The APQC Blog

How to Make New Technology Improve Your Process and Not Ruin It

APQC asked process experts about the new technology poised to have the greatest impact on process improvement and performance. Including the struggles of adopting new technologies and how not to fail at automation. These experts will be speaking at APQC’s Process & Performance Management Conference  October 3-4 in the Optimizing Data & Digitalization breakout session track.

Process experts:  

  • Dr. Mathias Kirchmer – Managing Director and Co-CEO, BPM-D
  • Charles Jessup - Business Facilitation Manager & Digital and Innovation (DSI), TechnipFMC
  • Jason Harms – Manager of Business Process Improvement, Cherwell Software
  • Marisa Brown - Senior Principal Research Lead, APQC

In your opinion, which new technology is having the biggest impact on process and performance professionals?

Dr. Mathias Kirchmer: I think the biggest impact is actually achieved through the appropriate combination of different technologies, aligned with specific requirements of a business process. Technologies like robotic process automation (RPA) as part of intelligent automation, AI, OCR, Blockchain, or process analytics have a different importance depending on the context.

Charles Jessup: Customer journey mapping and service blueprinting have the biggest impact. Historically, process mapping has been internally focused, but these two technologies invert that focus and use the power of process mapping to improve a customer’s experience with your company. Which aligns with the customer-centric priorities of most organizations.

Jason Harms: Early in my career, most applications were connected to data through an internal network, a direct internet connection, or on the desktop itself. Depending on the system or network in use, this limited on when a task could be performed. As applications are enabled in the cloud, we can imagine more possibilities with reduced dependencies on network constraints and an increase in availability of “real time” data, no matter the source.

Marisa Brown: Cloud computing. It’s the most widely adopted, and it helps boost processing power and decision making through easy access to datasets. Traditionally, organizations in many industries have faced challenges caused by disparate data and few means to access information silos simultaneously to generate insights. Using cloud computing, organizations can connect all data sets from disparate functions such as finance, supply chain, operations, HR, and sales.

Where do organizations struggle when adapting new technologies?

Dr. Mathias Kirchmer: The biggest issue is the misalignment between technologies and the related people and process requirements. Without a clear understanding of process improvement opportunities, the selection of appropriate technologies and their value-driven implementation is almost impossible. Once this is resolved, efficient roll-out is key – avoiding unnecessary process variants (e.g. by leveraging company-specific process reference models.)

Charles Jessup: In dropping the laggards.  For example, we still use fax machines even though email is superior.  Why? Because some organizations and governments require information via fax.  If we want to interact with those other organizations, we can’t completely get rid laggards like the fax machines.

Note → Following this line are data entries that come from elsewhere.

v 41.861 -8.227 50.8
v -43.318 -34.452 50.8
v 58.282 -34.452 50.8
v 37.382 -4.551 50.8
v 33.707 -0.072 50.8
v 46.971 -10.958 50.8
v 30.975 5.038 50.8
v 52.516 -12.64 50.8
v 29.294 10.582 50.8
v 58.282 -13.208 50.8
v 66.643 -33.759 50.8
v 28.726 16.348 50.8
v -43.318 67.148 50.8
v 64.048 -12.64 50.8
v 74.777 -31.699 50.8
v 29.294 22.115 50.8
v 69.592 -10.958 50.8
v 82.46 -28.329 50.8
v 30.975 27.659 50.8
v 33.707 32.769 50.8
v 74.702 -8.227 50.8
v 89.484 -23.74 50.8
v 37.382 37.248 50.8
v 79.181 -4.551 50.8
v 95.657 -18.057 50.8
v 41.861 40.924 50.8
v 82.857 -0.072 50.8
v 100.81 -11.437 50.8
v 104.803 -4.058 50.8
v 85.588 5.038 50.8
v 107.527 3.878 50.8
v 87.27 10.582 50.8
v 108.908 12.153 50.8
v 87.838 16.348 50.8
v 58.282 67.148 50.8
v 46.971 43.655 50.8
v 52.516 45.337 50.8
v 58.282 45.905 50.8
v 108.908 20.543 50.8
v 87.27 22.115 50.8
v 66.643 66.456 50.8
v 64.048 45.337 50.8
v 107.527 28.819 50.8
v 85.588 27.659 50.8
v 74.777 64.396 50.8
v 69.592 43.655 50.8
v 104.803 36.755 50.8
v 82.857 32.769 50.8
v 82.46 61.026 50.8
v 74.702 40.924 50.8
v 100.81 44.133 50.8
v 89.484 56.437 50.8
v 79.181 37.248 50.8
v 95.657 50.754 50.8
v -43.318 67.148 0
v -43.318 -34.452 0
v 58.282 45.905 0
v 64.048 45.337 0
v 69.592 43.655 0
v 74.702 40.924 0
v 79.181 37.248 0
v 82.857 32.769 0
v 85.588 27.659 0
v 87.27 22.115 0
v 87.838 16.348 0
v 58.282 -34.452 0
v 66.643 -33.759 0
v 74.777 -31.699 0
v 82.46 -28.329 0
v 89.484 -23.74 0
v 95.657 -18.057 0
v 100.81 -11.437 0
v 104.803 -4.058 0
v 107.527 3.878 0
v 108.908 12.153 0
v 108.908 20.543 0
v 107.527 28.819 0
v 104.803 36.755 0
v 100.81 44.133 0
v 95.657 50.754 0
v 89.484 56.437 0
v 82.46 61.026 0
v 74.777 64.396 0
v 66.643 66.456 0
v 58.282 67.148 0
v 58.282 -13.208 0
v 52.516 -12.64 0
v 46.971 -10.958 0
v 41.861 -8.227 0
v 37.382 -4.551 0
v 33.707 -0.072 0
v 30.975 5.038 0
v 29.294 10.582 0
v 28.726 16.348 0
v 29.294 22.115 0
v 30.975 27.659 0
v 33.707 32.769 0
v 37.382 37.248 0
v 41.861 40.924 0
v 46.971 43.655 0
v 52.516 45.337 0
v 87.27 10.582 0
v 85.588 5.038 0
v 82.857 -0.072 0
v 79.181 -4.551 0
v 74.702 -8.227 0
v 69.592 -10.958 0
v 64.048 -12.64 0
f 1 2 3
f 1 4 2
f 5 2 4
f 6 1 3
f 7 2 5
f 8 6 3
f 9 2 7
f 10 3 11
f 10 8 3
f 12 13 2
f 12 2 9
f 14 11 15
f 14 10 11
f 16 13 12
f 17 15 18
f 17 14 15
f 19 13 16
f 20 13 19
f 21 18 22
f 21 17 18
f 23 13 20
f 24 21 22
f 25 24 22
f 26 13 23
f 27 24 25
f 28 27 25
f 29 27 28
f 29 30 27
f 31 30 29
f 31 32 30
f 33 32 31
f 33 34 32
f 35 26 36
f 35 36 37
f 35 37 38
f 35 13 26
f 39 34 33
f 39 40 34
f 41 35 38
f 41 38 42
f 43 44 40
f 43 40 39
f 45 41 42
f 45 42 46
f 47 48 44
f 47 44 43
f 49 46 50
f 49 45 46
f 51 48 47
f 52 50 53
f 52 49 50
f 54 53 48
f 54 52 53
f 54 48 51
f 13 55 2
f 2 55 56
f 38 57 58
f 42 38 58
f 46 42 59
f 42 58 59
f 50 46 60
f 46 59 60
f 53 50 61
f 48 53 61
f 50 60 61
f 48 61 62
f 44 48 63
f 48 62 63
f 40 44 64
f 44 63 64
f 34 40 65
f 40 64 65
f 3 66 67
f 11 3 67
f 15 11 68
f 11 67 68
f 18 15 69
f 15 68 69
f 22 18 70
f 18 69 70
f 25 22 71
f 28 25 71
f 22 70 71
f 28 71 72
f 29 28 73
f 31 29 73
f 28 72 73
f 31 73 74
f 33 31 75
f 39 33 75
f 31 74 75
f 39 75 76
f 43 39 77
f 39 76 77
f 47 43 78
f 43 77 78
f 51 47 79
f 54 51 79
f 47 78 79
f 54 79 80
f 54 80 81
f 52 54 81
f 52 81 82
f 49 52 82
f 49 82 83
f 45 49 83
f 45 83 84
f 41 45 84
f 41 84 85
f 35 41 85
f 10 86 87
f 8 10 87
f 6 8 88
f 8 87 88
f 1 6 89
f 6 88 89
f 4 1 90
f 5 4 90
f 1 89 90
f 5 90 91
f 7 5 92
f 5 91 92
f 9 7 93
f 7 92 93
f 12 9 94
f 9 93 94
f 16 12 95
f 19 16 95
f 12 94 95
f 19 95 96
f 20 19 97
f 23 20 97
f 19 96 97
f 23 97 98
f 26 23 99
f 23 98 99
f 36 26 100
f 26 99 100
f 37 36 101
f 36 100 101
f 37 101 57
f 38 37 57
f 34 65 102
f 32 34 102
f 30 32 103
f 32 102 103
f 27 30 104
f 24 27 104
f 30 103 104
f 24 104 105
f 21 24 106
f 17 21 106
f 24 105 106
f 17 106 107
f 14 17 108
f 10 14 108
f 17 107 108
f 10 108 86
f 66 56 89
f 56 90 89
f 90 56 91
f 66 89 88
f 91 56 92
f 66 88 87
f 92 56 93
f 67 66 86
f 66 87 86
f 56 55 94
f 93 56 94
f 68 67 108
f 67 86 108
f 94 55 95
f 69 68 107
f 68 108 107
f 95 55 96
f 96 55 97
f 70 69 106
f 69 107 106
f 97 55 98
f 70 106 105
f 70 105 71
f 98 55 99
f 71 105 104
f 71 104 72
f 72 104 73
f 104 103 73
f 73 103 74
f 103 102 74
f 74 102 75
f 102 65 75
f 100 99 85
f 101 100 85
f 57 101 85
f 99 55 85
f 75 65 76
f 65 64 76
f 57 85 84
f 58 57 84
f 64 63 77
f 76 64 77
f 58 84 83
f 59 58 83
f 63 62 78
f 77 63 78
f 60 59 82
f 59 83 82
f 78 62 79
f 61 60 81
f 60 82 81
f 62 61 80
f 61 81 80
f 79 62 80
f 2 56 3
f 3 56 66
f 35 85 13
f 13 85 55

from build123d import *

# Parameters (mm, degrees)
F1_DEPTH = 50.8


with BuildPart() as f1:
    # F0 (on Top) → F1 (new body)
    with BuildSketch(Plane.XY):
        with BuildLine():
            Line((58.2818202674, 67.1484221876), (-43.3181797326, 67.1484221876))
            Line((-43.3181797326, 67.1484221876), (-43.3181797326, -34.4515778124))
            Line((-43.3181797326, -34.4515778124), (58.2818202674, -34.4515778124))
            Line((58.2818202674, -34.4515778124), (58.2818202674, -13.207797377))
            ThreePointArc((58.2818202674, -13.207797377), (28.7256007029, 16.3484221876), (58.2818202674, 45.9046417521))
            Line((58.2818202674, 45.9046417521), (58.2818202674, 67.1484221876))
        make_face()
        with BuildLine():
            ThreePointArc((58.2818202674, -34.4515778124), (109.0818202674, 16.3484221876), (58.2818202674, 67.1484221876))
            Line((58.2818202674, 67.1484221876), (58.2818202674, 45.9046417521))
            ThreePointArc((58.2818202674, 45.9046417521), (79.1812235478, 37.2478254679), (87.838039832, 16.3484221876))
            ThreePointArc((87.838039832, 16.3484221876), (79.1812235478, -4.5509810928), (58.2818202674, -13.207797377))
            Line((58.2818202674, -13.207797377), (58.2818202674, -34.4515778124))
        make_face()
    extrude(amount=F1_DEPTH)


solid = f1.part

Jason Harms: Understanding “how” people interact with new technology can be difficult to prepare for. People learn at different speeds, learn best through their method of choice, and will typically interact with systems through the path of least resistance to complete their tasks. It is through great emphasis on documenting operational processes, practicing change management, and conducting post-implementation reviews that organizations can discover and address the human interactions that we did not predict when planning for the new technologies.

Marisa Brown: Budgetary constraints – costs seen as outweighing the benefits. Lack of consensus and resistance to change.

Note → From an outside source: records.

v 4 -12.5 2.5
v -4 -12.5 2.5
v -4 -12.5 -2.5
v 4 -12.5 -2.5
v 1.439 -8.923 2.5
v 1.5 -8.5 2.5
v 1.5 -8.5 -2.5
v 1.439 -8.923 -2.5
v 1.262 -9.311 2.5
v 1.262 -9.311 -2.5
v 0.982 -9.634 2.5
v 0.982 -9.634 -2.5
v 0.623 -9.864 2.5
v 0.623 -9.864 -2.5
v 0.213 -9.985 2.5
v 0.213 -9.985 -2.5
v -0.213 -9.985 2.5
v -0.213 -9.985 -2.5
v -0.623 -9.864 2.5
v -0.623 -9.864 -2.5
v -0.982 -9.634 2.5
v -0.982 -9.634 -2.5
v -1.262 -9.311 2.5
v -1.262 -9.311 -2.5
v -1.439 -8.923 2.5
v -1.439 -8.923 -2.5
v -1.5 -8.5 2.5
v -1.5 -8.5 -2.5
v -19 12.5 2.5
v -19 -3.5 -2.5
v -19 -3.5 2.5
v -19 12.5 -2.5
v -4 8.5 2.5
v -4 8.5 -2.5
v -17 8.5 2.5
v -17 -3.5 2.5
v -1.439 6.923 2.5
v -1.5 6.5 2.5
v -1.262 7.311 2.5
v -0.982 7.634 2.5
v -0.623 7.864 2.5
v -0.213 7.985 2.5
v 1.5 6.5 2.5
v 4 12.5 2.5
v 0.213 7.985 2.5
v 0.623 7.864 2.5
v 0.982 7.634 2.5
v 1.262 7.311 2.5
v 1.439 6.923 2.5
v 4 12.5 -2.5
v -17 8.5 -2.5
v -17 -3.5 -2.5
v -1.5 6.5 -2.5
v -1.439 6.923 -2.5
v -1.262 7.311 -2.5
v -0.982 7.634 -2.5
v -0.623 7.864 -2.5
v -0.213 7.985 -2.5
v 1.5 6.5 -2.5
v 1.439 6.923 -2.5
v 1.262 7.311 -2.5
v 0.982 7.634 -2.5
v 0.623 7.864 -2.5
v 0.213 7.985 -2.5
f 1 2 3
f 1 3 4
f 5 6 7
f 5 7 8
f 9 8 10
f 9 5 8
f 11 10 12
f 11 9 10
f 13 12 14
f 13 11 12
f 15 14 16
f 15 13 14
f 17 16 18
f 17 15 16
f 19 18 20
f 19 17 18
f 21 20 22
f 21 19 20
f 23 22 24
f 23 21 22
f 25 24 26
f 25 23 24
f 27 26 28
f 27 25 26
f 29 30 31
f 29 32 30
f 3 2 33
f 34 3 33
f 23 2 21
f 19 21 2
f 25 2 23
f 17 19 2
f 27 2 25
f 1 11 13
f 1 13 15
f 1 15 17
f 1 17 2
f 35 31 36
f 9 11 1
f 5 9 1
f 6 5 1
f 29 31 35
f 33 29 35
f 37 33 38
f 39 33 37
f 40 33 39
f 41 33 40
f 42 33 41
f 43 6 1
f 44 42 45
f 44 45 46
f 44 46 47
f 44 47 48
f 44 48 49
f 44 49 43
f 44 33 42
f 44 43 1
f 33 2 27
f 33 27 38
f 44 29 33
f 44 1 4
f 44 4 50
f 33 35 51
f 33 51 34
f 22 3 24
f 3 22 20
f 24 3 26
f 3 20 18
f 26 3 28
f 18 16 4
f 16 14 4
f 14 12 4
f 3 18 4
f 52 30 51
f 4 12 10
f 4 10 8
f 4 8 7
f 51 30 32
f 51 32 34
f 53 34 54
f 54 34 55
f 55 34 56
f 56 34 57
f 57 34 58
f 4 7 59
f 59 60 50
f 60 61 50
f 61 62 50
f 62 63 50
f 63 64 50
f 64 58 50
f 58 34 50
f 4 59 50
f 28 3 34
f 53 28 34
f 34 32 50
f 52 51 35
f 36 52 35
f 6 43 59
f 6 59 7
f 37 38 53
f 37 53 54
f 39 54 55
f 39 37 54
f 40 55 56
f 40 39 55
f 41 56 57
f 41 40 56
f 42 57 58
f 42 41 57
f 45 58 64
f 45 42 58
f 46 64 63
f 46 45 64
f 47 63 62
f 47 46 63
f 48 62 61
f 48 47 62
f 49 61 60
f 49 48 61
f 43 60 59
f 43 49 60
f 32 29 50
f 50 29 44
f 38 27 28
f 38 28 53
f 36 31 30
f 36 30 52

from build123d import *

# Parameters (mm, degrees)
SKETCH1_W           = 8
SKETCH1_H           = 25
BOSS_EXTRUDE6_DEPTH = 2.5
SKETCH8_W           = 15
SKETCH8_H           = 4
BOSS_EXTRUDE7_DEPTH = 5
SKETCH9_W           = 2
SKETCH9_H           = 5
BOSS_EXTRUDE8_DEPTH = 12
CUT_EXTRUDE1_DEPTH  = 6


with BuildPart() as part:
    # Sketch1 → Boss-Extrude6 (new body, symmetric)
    with BuildSketch(Plane.XY):
        Rectangle(SKETCH1_W, SKETCH1_H)
    extrude(amount=BOSS_EXTRUDE6_DEPTH, both=True)

    # Sketch8 → Boss-Extrude7 (add)
    with BuildSketch(Plane.XY.offset(2.5)):
        with Locations((-11.5, 10.5)):
            Rectangle(SKETCH8_W, SKETCH8_H)
    extrude(amount=-BOSS_EXTRUDE7_DEPTH)

    # Sketch9 → Boss-Extrude8 (add)
    with BuildSketch(Plane.XZ.offset(-8.5)):
        with Locations((-18, 0)):
            Rectangle(SKETCH9_W, SKETCH9_H)
    extrude(amount=BOSS_EXTRUDE8_DEPTH)

    # Sketch10 → Cut-Extrude1 (cut, through all)
    with BuildSketch(Plane.XY.offset(2.5)):
        with BuildLine():
            Line((1.5, 6.5), (1.5, -8.5))
            ThreePointArc((1.5, -8.5), (0, -10), (-1.5, -8.5))
            Line((-1.5, -8.5), (-1.5, 6.5))
            ThreePointArc((-1.5, 6.5), (0, 8), (1.5, 6.5))
        make_face()
    extrude(amount=-CUT_EXTRUDE1_DEPTH, mode=Mode.SUBTRACT)


solid = part.part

Process automation is sometimes seen as a “cure all” for broken processes. How can organizations make sure automation doesn’t just continue bad processes?

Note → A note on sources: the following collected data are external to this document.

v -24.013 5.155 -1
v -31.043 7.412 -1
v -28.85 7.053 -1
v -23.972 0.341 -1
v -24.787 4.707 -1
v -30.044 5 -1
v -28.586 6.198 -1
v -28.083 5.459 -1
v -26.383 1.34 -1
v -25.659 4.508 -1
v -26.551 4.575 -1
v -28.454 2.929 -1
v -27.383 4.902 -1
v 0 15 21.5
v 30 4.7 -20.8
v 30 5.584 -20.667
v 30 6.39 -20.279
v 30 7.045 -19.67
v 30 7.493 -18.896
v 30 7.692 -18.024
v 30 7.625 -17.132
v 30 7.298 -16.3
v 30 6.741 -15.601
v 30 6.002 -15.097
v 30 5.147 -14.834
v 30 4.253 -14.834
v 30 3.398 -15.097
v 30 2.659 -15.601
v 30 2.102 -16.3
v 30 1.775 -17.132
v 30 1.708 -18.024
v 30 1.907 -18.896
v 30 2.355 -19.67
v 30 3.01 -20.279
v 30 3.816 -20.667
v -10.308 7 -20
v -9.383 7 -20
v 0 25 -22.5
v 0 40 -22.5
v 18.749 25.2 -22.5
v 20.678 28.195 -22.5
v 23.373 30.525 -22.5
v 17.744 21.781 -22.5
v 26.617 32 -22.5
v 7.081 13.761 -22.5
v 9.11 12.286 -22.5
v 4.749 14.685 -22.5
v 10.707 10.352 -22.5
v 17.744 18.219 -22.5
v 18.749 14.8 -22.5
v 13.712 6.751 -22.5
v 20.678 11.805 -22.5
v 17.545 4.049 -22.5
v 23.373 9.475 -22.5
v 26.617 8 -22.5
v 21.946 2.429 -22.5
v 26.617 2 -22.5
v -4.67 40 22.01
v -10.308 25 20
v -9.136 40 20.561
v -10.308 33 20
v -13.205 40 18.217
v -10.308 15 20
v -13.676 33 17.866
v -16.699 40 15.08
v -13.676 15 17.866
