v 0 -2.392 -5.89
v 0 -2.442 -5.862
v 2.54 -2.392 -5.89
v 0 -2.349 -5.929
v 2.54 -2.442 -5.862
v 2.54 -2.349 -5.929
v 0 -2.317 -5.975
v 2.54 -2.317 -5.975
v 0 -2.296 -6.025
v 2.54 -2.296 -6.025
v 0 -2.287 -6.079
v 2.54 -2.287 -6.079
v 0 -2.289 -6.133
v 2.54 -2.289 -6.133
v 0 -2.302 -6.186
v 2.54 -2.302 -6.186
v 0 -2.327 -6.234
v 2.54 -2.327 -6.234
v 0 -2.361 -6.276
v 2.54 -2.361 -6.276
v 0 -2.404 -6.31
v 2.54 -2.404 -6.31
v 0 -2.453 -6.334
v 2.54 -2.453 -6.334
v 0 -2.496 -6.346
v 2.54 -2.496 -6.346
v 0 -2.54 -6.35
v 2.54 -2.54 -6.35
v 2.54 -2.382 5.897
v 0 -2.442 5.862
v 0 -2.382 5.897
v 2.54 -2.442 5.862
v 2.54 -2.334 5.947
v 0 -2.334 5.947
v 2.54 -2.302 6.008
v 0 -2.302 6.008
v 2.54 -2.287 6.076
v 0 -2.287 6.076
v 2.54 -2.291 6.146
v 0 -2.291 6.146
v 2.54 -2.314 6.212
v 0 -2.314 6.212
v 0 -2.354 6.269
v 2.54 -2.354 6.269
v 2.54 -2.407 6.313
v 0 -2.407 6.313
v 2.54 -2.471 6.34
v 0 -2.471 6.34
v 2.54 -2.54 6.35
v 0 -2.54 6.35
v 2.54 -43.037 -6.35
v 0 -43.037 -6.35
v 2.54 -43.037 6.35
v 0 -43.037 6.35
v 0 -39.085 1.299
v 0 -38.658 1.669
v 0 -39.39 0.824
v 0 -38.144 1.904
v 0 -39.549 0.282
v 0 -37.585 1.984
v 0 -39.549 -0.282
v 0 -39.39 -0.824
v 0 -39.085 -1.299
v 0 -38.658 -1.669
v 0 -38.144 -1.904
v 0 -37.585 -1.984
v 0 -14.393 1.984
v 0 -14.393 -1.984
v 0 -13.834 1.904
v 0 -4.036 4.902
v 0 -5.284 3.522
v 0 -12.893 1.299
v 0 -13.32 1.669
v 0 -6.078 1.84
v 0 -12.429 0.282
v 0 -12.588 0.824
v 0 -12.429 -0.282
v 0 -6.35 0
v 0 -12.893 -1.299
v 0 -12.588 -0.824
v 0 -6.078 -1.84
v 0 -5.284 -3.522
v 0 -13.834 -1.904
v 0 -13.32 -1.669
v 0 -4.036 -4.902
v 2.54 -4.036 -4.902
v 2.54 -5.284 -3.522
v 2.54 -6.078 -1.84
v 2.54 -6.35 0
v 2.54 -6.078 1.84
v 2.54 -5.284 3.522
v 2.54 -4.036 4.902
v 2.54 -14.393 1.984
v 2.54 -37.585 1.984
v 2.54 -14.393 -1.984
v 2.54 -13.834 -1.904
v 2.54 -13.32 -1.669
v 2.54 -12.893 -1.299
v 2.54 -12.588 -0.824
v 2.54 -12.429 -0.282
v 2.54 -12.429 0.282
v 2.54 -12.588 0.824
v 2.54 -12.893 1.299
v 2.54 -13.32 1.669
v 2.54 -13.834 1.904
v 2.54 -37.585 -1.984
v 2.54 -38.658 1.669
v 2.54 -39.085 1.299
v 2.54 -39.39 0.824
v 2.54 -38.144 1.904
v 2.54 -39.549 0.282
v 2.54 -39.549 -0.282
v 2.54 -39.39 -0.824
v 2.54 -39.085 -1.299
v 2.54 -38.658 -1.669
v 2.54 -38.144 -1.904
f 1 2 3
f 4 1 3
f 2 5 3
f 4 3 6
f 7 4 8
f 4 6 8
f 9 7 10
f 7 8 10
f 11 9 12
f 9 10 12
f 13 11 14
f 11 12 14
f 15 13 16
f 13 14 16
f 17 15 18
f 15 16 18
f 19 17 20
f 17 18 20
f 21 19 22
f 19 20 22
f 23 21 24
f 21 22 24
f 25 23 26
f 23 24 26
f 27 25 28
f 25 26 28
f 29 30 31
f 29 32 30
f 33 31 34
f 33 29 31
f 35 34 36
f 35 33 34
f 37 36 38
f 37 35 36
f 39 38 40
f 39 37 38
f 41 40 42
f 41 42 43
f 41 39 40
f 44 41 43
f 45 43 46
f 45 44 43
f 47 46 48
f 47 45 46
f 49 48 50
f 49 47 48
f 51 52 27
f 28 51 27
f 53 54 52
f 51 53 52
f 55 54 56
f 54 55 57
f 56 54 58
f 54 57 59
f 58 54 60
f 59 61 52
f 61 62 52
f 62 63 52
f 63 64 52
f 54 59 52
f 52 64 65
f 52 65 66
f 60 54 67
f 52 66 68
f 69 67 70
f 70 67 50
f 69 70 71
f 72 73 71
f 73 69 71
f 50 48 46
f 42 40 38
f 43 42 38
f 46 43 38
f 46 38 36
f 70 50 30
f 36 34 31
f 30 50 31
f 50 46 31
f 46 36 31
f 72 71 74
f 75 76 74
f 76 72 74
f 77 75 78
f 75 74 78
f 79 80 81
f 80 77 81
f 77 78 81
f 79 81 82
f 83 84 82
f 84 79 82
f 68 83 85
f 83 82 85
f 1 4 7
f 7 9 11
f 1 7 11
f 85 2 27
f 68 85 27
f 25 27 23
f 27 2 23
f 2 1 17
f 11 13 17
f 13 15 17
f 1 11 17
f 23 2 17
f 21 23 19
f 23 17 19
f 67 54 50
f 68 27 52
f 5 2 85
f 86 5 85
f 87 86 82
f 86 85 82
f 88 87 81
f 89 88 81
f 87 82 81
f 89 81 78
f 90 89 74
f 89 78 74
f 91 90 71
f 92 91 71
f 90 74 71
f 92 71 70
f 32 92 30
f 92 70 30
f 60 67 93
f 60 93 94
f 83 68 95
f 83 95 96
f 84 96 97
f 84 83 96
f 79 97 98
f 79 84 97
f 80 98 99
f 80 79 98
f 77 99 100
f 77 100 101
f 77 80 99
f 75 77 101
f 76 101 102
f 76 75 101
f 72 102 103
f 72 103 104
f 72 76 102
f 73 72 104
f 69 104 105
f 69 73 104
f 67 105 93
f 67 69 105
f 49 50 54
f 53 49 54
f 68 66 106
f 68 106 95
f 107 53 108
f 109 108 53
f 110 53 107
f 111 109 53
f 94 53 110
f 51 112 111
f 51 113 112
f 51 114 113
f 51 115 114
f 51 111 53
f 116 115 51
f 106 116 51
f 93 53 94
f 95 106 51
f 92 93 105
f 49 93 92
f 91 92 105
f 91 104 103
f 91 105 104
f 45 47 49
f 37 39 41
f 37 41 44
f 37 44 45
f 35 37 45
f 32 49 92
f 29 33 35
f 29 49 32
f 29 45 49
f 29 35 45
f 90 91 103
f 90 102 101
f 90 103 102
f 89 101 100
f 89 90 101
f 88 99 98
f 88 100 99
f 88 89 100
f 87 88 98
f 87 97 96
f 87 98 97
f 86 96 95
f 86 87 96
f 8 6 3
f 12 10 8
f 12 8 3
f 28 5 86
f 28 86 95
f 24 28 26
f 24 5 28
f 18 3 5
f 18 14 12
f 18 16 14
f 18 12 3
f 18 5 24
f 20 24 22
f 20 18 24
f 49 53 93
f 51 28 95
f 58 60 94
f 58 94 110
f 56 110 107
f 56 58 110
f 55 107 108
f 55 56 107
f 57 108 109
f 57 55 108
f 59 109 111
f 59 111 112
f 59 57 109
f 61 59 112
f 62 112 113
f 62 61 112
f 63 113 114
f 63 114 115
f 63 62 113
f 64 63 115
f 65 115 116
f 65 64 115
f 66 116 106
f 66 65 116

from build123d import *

# Parameters (mm, degrees)
BOSS_EXTRUDE1_DEPTH = 2.54
FILLET1_R           = 0.254
CUT_EXTRUDE1_DEPTH  = 2.54


with BuildPart() as part:
    # Sketch1 → Boss-Extrude1 (new body)
    with BuildSketch(Plane(origin=(0, 0, 0), x_dir=(0, 0, -1), z_dir=(1, 0, 0))):
        with BuildLine():
            ThreePointArc((6.35, 0), (0, -6.35), (-6.35, 0))
            Line((-6.35, 0), (-6.35, -43.036593364))
            Line((-6.35, -43.036593364), (6.35, -43.036593364))
            Line((6.35, -43.036593364), (6.35, 0))
        make_face()
    extrude(amount=BOSS_EXTRUDE1_DEPTH)

    # Fillet1
    fillet1_edges = [part.edges().sort_by_distance(p)[0] for p in [
        (1.27, 0, -6.35),
        (1.27, 0, 6.35),
    ]]
    fillet(fillet1_edges, radius=FILLET1_R)

    # Sketch2 → Cut-Extrude1 (cut)
    with BuildSketch(Plane.ZY):
        with BuildLine():
            Line((1.984375, -14.393108905), (1.984375, -37.585187193))
            ThreePointArc((1.984375, -37.585187193), (0, -39.569562193), (-1.984375, -37.585187193))
            Line((-1.984375, -37.585187193), (-1.984375, -14.393108905))
            ThreePointArc((-1.984375, -14.393108905), (0, -12.408733905), (1.984375, -14.393108905))
        make_face()
    extrude(amount=-CUT_EXTRUDE1_DEPTH, mode=Mode.SUBTRACT)


solid = part.part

Dr. Mathias Kirchmer: In most cases a simplification and, where appropriate optimization, of processes is a pre-condition for a successful and intelligent automation. A process segmentation into the 10-15 percent of high impact processes and the remaining 80 percent as commodity processes helps to make this approach efficient.  Commodity processes are, in most cases, improved by applying common practices. For example, by leveraging industry or software reference models. This allows a focus on the high-impact processes where a more detailed analysis and innovative design really pay off. Hence, best practice is to prioritize and segment, then simplify and optimize pragmatically. And after this it is important to establish a process management discipline that sustains the achieved benefits.

Charles Jessup: You can do a proper value stream mapping of the process before you automate it.  That way you know where you might be baking in waste.  Reduce the waste first, then automate it.

Jason Harms: With automation, existing process errors become repeatable and expand to a larger audience. Organizations should treat automation as a tool, not a solution, to help achieve their goals. I enjoy the agility of process management and how it can be used in any organization, not bound to an industry or technology. Organizations of any size, type and process maturity, can avoid many pitfalls of deploying automation by effectively documenting and managing their processes.

Marisa Brown: First define the processes, then ensure they are consistent and repeatable. Sometimes, though, automation may require changes to processes so it’s important to map the processes pre and post automation.